Saved data entries

[Start of section]

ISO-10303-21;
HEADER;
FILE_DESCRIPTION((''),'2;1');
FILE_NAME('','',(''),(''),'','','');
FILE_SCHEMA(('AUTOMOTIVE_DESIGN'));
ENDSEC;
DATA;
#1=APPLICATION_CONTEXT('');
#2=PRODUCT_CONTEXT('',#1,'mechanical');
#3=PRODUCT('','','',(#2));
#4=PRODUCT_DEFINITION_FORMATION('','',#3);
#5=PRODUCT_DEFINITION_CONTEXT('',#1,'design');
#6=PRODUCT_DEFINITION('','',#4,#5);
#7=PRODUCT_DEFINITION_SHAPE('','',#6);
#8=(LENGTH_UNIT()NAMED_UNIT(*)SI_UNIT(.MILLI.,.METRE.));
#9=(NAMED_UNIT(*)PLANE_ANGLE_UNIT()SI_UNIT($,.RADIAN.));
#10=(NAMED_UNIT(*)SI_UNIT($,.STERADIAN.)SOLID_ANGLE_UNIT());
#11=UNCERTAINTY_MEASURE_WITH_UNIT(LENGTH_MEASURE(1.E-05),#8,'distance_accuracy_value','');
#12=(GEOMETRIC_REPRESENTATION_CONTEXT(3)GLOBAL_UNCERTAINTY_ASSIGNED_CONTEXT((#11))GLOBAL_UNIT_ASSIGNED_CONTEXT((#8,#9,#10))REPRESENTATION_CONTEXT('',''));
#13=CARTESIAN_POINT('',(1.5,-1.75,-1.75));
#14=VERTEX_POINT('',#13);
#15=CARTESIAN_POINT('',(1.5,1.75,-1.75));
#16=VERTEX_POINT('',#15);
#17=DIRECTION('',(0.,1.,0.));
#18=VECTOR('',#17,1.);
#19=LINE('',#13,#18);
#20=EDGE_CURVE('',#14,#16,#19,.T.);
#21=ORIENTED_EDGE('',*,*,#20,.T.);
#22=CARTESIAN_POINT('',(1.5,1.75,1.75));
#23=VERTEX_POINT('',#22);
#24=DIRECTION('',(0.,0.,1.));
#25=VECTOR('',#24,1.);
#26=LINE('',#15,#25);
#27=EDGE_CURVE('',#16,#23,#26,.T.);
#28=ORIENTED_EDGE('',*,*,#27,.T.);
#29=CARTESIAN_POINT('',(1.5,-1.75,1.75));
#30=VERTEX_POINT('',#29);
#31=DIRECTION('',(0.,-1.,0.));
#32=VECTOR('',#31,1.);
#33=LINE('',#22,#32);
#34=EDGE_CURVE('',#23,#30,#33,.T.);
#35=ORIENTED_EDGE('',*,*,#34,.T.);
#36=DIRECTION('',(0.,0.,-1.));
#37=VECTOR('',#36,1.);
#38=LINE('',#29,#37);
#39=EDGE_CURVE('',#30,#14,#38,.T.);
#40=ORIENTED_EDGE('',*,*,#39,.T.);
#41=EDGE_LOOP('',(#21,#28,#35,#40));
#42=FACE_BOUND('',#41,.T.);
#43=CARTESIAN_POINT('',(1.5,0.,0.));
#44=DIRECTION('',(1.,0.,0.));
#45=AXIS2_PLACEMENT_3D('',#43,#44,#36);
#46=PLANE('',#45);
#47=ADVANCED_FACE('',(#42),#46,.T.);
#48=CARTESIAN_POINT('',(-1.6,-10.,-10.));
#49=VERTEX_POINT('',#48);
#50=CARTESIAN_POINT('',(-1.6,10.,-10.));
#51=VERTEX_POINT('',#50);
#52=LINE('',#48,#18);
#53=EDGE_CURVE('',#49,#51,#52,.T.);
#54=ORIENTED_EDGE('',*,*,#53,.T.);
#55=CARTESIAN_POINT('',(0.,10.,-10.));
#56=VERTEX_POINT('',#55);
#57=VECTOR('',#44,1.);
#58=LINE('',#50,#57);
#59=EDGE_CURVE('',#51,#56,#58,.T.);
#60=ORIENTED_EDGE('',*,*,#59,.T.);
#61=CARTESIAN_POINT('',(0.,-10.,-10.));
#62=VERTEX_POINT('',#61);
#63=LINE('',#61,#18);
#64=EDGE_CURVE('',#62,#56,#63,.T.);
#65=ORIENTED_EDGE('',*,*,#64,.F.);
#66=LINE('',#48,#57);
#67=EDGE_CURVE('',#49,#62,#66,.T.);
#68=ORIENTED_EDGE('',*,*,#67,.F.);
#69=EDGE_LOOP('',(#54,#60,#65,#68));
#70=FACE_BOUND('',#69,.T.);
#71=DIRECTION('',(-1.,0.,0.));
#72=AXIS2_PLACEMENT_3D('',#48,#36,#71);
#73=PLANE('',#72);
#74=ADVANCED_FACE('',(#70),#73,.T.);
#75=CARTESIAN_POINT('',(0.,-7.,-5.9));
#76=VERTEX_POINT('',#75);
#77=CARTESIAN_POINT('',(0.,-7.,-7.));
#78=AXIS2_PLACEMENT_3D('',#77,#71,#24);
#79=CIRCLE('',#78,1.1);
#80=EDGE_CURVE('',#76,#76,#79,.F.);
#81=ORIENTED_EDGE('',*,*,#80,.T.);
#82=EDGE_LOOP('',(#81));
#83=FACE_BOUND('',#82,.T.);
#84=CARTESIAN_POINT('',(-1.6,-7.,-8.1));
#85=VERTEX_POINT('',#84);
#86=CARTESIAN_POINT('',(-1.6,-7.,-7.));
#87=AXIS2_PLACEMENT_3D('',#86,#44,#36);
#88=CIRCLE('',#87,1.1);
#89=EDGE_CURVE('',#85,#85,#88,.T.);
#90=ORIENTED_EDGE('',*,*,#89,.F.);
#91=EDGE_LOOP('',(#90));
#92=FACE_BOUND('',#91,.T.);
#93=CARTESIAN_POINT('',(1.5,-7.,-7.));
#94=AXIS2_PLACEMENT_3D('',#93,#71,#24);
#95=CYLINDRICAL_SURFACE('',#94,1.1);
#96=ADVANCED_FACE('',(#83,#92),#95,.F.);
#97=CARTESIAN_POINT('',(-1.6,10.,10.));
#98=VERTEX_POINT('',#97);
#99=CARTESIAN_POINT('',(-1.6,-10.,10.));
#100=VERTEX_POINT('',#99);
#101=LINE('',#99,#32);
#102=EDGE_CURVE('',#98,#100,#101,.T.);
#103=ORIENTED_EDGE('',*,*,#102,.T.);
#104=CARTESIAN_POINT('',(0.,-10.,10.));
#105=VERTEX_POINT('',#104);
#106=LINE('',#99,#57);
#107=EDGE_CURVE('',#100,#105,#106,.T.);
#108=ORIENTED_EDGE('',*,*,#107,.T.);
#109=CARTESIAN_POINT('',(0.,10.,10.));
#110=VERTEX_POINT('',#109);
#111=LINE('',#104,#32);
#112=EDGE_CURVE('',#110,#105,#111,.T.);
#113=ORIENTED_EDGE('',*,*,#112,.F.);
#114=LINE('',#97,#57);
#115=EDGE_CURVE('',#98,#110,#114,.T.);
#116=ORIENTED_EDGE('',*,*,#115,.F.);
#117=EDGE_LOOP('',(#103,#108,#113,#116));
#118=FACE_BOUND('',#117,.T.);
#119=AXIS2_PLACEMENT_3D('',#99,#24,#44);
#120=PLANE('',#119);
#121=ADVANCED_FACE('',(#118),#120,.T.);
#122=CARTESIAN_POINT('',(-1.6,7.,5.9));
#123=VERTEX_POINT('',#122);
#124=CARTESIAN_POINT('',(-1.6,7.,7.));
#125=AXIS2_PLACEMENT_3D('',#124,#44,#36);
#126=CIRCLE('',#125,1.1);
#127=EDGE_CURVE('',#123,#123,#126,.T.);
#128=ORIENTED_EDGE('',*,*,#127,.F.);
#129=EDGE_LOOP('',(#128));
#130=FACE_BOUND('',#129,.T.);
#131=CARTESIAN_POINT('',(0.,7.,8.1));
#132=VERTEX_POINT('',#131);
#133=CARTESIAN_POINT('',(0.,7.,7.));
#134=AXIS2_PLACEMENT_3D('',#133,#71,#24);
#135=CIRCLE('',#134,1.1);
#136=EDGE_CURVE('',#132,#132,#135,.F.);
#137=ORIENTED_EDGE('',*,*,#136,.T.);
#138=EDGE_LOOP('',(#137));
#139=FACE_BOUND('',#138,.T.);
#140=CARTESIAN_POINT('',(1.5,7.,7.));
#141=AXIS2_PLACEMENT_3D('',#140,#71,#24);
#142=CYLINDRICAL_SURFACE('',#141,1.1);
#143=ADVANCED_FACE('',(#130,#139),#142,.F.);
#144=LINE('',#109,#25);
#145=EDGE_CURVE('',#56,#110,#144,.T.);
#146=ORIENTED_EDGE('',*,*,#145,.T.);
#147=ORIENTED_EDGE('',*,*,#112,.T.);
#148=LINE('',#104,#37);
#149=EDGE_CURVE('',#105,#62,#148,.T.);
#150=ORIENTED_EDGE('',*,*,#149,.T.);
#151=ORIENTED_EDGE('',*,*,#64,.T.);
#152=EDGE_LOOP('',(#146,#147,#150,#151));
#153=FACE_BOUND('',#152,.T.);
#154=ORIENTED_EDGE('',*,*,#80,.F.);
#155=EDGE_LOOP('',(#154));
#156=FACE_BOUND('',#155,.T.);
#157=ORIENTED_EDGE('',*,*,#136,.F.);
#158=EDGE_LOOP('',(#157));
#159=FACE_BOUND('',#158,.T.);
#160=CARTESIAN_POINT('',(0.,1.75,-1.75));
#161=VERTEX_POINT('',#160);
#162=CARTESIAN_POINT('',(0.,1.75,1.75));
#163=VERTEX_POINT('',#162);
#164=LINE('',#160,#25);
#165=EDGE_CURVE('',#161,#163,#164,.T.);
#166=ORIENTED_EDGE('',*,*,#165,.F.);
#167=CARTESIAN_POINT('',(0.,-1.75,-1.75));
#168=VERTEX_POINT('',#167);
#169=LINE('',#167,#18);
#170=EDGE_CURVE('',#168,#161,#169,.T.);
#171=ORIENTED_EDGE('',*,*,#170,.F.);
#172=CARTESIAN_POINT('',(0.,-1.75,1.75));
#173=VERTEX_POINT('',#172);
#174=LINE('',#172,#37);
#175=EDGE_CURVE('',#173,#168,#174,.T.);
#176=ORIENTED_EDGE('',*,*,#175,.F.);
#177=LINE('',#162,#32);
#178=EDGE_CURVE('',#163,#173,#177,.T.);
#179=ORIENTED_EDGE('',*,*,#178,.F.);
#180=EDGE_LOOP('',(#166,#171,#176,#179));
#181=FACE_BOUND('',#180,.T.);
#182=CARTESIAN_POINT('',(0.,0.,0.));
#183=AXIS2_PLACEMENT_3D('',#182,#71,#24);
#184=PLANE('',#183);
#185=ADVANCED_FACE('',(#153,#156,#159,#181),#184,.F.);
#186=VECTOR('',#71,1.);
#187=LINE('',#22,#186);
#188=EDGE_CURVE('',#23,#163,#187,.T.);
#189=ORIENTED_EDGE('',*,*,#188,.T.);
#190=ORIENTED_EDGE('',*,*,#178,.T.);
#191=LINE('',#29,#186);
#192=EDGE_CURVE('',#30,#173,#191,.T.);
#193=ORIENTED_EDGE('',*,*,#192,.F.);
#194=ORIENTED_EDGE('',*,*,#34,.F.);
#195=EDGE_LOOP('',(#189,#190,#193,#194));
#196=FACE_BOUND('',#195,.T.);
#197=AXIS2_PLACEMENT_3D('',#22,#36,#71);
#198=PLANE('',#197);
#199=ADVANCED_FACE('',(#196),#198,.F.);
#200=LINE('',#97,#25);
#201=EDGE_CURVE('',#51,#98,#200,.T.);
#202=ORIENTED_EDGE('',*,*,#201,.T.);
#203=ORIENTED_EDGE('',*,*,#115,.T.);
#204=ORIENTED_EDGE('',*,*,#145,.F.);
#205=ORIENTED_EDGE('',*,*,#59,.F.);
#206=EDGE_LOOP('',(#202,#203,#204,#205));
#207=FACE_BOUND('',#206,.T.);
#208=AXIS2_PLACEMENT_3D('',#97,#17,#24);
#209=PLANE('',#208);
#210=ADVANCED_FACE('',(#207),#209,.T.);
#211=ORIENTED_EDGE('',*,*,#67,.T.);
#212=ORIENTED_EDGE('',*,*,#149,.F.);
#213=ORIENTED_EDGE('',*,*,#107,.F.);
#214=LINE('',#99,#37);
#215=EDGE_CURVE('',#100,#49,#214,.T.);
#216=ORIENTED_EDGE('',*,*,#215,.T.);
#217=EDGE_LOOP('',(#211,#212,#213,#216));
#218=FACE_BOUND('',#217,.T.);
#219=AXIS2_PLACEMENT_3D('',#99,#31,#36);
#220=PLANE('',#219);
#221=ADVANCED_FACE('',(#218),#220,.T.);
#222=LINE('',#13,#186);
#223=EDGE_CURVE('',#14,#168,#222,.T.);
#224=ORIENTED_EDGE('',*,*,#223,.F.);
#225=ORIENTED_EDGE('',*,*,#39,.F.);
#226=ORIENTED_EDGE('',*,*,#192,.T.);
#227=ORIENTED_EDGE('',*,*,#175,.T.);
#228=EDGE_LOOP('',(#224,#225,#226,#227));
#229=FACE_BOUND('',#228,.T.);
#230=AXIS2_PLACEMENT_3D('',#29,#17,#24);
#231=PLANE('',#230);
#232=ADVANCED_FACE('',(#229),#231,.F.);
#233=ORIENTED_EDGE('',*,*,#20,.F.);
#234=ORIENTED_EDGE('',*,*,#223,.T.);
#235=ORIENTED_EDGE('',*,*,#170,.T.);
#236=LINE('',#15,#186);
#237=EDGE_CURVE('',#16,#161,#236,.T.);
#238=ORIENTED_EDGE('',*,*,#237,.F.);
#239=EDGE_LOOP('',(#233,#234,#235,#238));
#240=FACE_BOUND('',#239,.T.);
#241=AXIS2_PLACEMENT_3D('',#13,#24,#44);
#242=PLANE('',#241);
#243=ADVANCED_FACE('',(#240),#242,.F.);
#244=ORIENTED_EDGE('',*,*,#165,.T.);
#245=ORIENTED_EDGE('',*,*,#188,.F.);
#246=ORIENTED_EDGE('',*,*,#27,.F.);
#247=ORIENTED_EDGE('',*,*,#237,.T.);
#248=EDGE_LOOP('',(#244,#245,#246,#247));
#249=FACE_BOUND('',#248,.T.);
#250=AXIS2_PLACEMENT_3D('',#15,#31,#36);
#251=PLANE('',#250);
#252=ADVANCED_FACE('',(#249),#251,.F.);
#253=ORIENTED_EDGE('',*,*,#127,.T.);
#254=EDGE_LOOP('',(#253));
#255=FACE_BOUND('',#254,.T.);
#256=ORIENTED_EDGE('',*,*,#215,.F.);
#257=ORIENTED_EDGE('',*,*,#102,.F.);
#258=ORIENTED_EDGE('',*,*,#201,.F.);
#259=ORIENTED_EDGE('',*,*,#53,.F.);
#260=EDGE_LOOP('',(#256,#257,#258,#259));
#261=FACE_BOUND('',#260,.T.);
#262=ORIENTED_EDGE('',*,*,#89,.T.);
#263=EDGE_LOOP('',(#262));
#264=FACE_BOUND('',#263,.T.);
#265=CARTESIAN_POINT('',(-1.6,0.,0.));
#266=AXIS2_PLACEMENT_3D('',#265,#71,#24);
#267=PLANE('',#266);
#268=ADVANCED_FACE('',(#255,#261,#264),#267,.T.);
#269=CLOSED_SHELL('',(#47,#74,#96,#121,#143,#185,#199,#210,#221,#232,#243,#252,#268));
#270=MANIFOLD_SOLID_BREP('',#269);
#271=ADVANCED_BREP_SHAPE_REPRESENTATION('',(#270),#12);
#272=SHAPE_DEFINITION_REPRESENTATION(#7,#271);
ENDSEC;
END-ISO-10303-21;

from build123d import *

# Parameters (mm, degrees)
SKETCH1_W           = 20
SKETCH1_H           = 20
BOARD_DEPTH         = 1.6
SKETCH2_W           = 3.5
SKETCH2_H           = 3.5
UV_LED_3535_DEPTH   = 1.5
HOLES_M2_DEPTH      = 15.2323575
HOLES_M2_DEPTH_BACK = 15.2323575
SKETCH3_R           = 1.1


with BuildPart() as part:
    # Sketch1 → Board (new body)
    with BuildSketch(Plane(origin=(0, 0, 0), x_dir=(0, 0, -1), z_dir=(1, 0, 0))):
        Rectangle(SKETCH1_W, SKETCH1_H)
    extrude(amount=-BOARD_DEPTH)

    # Sketch2 → UV_LED_3535 (add)
    with BuildSketch(Plane(origin=(0, 0, 0), x_dir=(0, 0, -1), z_dir=(1, 0, 0))):
        Rectangle(SKETCH2_W, SKETCH2_H)
    extrude(amount=UV_LED_3535_DEPTH)

    # Sketch3 → Holes_M2 (cut, two sides: drawn at the far end of the back side and taken through both)
    with BuildSketch(Plane(origin=(0, 0, 0), x_dir=(0, 0, -1), z_dir=(1, 0, 0)).offset(-HOLES_M2_DEPTH_BACK)):
        with Locations(Location((7, -7, 0), (0, 0, 180))):
            Circle(SKETCH3_R)
        with Locations(Location((-7, 7, 0), (0, 0, 180))):
            Circle(SKETCH3_R)
    extrude(amount=HOLES_M2_DEPTH + HOLES_M2_DEPTH_BACK, mode=Mode.SUBTRACT)


solid = part.part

[End of section]

Aim of the exercise. Give again exactly, and only, the lines above starting at the one with "#247=ORIENTED_EDGE('',*,*,#237,.T.);" and ending at the one with "END-ISO-10303-21;".

Finished task.
#247=ORIENTED_EDGE('',*,*,#237,.T.);
#248=EDGE_LOOP('',(#244,#245,#246,#247));
#249=FACE_BOUND('',#248,.T.);
#250=AXIS2_PLACEMENT_3D('',#15,#31,#36);
#251=PLANE('',#250);
#252=ADVANCED_FACE('',(#249),#251,.F.);
#253=ORIENTED_EDGE('',*,*,#127,.T.);
#254=EDGE_LOOP('',(#253));
#255=FACE_BOUND('',#254,.T.);
#256=ORIENTED_EDGE('',*,*,#215,.F.);
#257=ORIENTED_EDGE('',*,*,#102,.F.);
#258=ORIENTED_EDGE('',*,*,#201,.F.);
#259=ORIENTED_EDGE('',*,*,#53,.F.);
#260=EDGE_LOOP('',(#256,#257,#258,#259));
#261=FACE_BOUND('',#260,.T.);
#262=ORIENTED_EDGE('',*,*,#89,.T.);
#263=EDGE_LOOP('',(#262));
#264=FACE_BOUND('',#263,.T.);
#265=CARTESIAN_POINT('',(-1.6,0.,0.));
#266=AXIS2_PLACEMENT_3D('',#265,#71,#24);
#267=PLANE('',#266);
#268=ADVANCED_FACE('',(#255,#261,#264),#267,.T.);
#269=CLOSED_SHELL('',(#47,#74,#96,#121,#143,#185,#199,#210,#221,#232,#243,#252,#268));
#270=MANIFOLD_SOLID_BREP('',#269);
#271=ADVANCED_BREP_SHAPE_REPRESENTATION('',(#270),#12);
#272=SHAPE_DEFINITION_REPRESENTATION(#7,#271);
ENDSEC;
END-ISO-10303-21;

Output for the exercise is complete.